● WHAT YOU NEED TO DO
Determine the count of lines in the following entries that contain the string "closest". Write only the number.

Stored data
──────────────────────────────

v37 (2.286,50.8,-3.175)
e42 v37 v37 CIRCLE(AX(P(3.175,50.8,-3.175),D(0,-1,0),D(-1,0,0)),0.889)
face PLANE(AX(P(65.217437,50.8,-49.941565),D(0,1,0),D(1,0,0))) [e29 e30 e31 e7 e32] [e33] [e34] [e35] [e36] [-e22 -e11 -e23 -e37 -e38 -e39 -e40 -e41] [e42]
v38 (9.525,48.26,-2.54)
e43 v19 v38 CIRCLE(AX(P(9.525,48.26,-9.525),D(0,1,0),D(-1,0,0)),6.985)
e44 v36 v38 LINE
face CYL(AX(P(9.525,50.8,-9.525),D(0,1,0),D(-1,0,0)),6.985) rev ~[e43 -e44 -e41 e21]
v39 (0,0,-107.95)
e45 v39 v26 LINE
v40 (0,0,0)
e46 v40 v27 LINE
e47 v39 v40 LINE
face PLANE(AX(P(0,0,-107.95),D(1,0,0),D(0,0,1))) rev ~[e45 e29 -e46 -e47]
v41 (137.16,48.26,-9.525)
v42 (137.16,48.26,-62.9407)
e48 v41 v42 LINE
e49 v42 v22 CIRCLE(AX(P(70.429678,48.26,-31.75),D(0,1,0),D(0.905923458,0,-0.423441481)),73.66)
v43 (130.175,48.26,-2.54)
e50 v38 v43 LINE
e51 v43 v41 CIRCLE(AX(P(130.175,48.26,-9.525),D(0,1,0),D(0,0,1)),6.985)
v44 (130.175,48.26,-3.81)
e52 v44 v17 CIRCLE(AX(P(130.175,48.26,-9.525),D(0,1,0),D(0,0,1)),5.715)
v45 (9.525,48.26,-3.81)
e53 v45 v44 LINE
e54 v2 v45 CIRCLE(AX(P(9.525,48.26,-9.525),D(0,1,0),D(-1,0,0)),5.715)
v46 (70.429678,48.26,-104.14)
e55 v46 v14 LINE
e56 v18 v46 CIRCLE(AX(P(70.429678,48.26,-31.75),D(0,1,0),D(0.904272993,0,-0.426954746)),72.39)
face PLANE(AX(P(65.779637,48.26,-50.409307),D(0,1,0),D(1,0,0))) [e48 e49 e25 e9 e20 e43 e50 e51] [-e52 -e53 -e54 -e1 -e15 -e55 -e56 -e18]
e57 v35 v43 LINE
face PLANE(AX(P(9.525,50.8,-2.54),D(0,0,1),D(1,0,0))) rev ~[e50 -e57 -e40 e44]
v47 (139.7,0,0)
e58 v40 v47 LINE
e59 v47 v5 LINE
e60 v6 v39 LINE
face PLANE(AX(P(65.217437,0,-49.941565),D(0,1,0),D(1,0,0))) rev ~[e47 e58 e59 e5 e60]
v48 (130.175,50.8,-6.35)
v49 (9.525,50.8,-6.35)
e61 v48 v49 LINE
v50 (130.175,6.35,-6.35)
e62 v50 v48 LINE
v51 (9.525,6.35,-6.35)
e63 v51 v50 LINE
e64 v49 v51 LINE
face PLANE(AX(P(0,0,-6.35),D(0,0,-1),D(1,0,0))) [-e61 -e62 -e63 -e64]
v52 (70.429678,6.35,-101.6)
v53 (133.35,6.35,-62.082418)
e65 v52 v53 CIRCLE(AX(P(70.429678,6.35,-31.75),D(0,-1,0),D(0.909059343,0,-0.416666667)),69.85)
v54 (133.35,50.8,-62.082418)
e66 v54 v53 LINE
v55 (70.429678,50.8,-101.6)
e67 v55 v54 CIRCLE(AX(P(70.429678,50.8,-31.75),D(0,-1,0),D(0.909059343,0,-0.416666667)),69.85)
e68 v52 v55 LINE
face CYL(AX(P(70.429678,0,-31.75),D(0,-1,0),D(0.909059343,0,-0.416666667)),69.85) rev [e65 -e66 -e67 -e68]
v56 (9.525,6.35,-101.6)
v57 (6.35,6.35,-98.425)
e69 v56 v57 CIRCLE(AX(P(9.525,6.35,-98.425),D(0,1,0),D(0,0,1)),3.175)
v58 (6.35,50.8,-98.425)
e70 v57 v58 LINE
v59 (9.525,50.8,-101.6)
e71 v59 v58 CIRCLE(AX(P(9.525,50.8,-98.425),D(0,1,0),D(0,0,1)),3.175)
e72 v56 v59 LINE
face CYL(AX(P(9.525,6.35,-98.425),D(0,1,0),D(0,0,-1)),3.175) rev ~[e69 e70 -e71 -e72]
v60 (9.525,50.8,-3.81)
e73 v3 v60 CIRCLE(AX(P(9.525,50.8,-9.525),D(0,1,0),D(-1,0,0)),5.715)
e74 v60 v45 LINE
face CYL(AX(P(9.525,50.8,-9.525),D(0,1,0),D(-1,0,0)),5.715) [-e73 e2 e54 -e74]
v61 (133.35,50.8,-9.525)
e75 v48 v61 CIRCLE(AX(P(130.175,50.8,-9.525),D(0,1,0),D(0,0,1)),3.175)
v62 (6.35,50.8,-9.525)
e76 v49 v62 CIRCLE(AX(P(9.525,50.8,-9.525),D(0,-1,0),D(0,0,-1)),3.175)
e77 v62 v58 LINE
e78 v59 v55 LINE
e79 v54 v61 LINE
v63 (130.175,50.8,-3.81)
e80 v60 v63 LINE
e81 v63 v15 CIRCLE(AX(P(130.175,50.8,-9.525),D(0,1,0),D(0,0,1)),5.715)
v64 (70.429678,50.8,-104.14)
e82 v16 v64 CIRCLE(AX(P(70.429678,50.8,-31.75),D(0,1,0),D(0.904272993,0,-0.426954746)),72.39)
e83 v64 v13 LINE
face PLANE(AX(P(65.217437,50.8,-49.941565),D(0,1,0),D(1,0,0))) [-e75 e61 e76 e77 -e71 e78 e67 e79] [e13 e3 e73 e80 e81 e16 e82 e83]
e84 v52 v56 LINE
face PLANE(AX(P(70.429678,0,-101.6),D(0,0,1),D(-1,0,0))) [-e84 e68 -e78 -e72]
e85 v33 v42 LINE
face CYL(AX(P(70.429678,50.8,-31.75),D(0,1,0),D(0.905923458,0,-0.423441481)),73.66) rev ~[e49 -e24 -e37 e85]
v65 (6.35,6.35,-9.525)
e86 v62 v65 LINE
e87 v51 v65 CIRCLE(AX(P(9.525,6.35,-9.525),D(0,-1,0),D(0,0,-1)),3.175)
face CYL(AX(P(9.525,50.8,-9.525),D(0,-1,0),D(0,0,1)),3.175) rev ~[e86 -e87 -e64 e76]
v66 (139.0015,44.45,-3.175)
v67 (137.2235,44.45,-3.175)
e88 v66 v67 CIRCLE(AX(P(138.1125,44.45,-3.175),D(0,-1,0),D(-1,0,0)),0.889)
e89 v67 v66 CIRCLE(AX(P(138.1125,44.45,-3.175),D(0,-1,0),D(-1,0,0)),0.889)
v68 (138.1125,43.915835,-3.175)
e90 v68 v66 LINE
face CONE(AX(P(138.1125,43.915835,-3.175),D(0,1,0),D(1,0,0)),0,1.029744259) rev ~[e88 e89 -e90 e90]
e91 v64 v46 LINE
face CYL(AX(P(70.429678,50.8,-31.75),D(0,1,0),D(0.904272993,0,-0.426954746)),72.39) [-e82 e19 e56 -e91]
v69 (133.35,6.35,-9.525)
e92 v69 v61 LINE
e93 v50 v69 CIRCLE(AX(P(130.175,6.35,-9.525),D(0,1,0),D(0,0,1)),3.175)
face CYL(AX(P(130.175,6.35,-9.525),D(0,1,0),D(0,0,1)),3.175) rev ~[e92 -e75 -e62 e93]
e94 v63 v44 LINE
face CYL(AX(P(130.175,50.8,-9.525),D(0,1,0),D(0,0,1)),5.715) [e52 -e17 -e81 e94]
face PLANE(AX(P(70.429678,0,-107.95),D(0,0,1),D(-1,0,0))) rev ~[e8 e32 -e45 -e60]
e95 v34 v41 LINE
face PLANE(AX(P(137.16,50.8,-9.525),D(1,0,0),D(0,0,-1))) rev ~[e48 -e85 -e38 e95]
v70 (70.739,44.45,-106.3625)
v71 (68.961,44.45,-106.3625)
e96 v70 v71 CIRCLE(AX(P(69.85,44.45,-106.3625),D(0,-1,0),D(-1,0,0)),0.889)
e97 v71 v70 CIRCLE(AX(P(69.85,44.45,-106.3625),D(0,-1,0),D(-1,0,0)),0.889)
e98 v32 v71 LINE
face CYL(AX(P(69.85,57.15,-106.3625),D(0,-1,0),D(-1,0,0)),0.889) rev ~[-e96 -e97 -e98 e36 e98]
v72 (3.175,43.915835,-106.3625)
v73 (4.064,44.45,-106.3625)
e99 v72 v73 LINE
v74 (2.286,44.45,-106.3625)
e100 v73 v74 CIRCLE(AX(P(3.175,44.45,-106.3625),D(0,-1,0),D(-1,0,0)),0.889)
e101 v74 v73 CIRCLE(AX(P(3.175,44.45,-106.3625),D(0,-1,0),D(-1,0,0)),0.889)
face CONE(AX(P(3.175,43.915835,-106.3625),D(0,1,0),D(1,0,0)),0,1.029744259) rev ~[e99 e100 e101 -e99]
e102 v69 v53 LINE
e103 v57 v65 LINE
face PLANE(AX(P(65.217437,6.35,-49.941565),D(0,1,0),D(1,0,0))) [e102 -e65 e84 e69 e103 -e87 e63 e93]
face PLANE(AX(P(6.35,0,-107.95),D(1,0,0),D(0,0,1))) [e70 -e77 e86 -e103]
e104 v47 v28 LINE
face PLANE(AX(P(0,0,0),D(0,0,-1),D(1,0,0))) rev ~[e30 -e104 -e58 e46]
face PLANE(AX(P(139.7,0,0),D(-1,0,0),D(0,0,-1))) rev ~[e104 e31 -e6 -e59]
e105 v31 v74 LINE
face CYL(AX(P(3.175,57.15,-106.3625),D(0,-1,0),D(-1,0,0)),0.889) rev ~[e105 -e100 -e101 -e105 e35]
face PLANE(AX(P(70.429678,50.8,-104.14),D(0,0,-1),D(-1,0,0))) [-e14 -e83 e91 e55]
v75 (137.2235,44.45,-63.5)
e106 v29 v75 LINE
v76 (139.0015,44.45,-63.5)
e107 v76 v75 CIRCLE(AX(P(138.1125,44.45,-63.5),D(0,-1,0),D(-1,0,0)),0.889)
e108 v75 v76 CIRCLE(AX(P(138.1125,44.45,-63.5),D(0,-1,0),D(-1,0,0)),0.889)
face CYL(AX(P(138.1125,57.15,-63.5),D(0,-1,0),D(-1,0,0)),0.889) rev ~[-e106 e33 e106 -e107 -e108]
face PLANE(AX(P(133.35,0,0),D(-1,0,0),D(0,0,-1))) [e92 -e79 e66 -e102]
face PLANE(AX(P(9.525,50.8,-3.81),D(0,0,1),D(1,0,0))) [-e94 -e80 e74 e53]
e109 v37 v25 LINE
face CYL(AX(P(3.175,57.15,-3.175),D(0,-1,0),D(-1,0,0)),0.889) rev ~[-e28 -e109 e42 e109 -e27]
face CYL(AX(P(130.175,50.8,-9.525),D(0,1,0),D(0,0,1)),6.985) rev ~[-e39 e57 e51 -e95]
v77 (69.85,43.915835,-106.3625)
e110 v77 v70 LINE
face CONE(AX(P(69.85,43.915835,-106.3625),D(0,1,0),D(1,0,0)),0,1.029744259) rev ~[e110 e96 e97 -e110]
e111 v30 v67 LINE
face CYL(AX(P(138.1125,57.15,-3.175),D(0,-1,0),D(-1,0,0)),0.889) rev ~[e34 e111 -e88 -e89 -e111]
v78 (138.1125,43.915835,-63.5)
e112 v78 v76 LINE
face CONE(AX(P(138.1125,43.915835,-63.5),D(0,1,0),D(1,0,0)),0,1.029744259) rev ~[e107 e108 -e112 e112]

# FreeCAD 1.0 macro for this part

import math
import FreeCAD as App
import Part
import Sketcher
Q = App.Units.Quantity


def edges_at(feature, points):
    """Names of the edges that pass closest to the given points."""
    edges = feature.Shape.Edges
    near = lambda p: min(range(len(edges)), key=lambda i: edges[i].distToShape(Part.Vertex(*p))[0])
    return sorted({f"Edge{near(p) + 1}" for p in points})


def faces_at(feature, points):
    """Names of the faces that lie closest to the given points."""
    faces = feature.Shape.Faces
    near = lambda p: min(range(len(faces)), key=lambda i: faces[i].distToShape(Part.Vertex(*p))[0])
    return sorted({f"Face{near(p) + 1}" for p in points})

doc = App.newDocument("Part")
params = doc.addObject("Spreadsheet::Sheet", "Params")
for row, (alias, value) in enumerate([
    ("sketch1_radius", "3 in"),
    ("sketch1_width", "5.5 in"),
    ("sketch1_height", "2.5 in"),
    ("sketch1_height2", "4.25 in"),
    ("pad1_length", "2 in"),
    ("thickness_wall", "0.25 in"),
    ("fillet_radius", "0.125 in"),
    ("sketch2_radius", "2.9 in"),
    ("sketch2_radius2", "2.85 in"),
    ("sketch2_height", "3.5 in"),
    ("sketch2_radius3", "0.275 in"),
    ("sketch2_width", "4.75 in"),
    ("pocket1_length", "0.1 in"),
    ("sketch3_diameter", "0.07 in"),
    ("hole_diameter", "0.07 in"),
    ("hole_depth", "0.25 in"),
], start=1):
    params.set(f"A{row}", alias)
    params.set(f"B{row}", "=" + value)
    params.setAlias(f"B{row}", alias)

──────────────────────────────

● SOLVED PROBLEM
2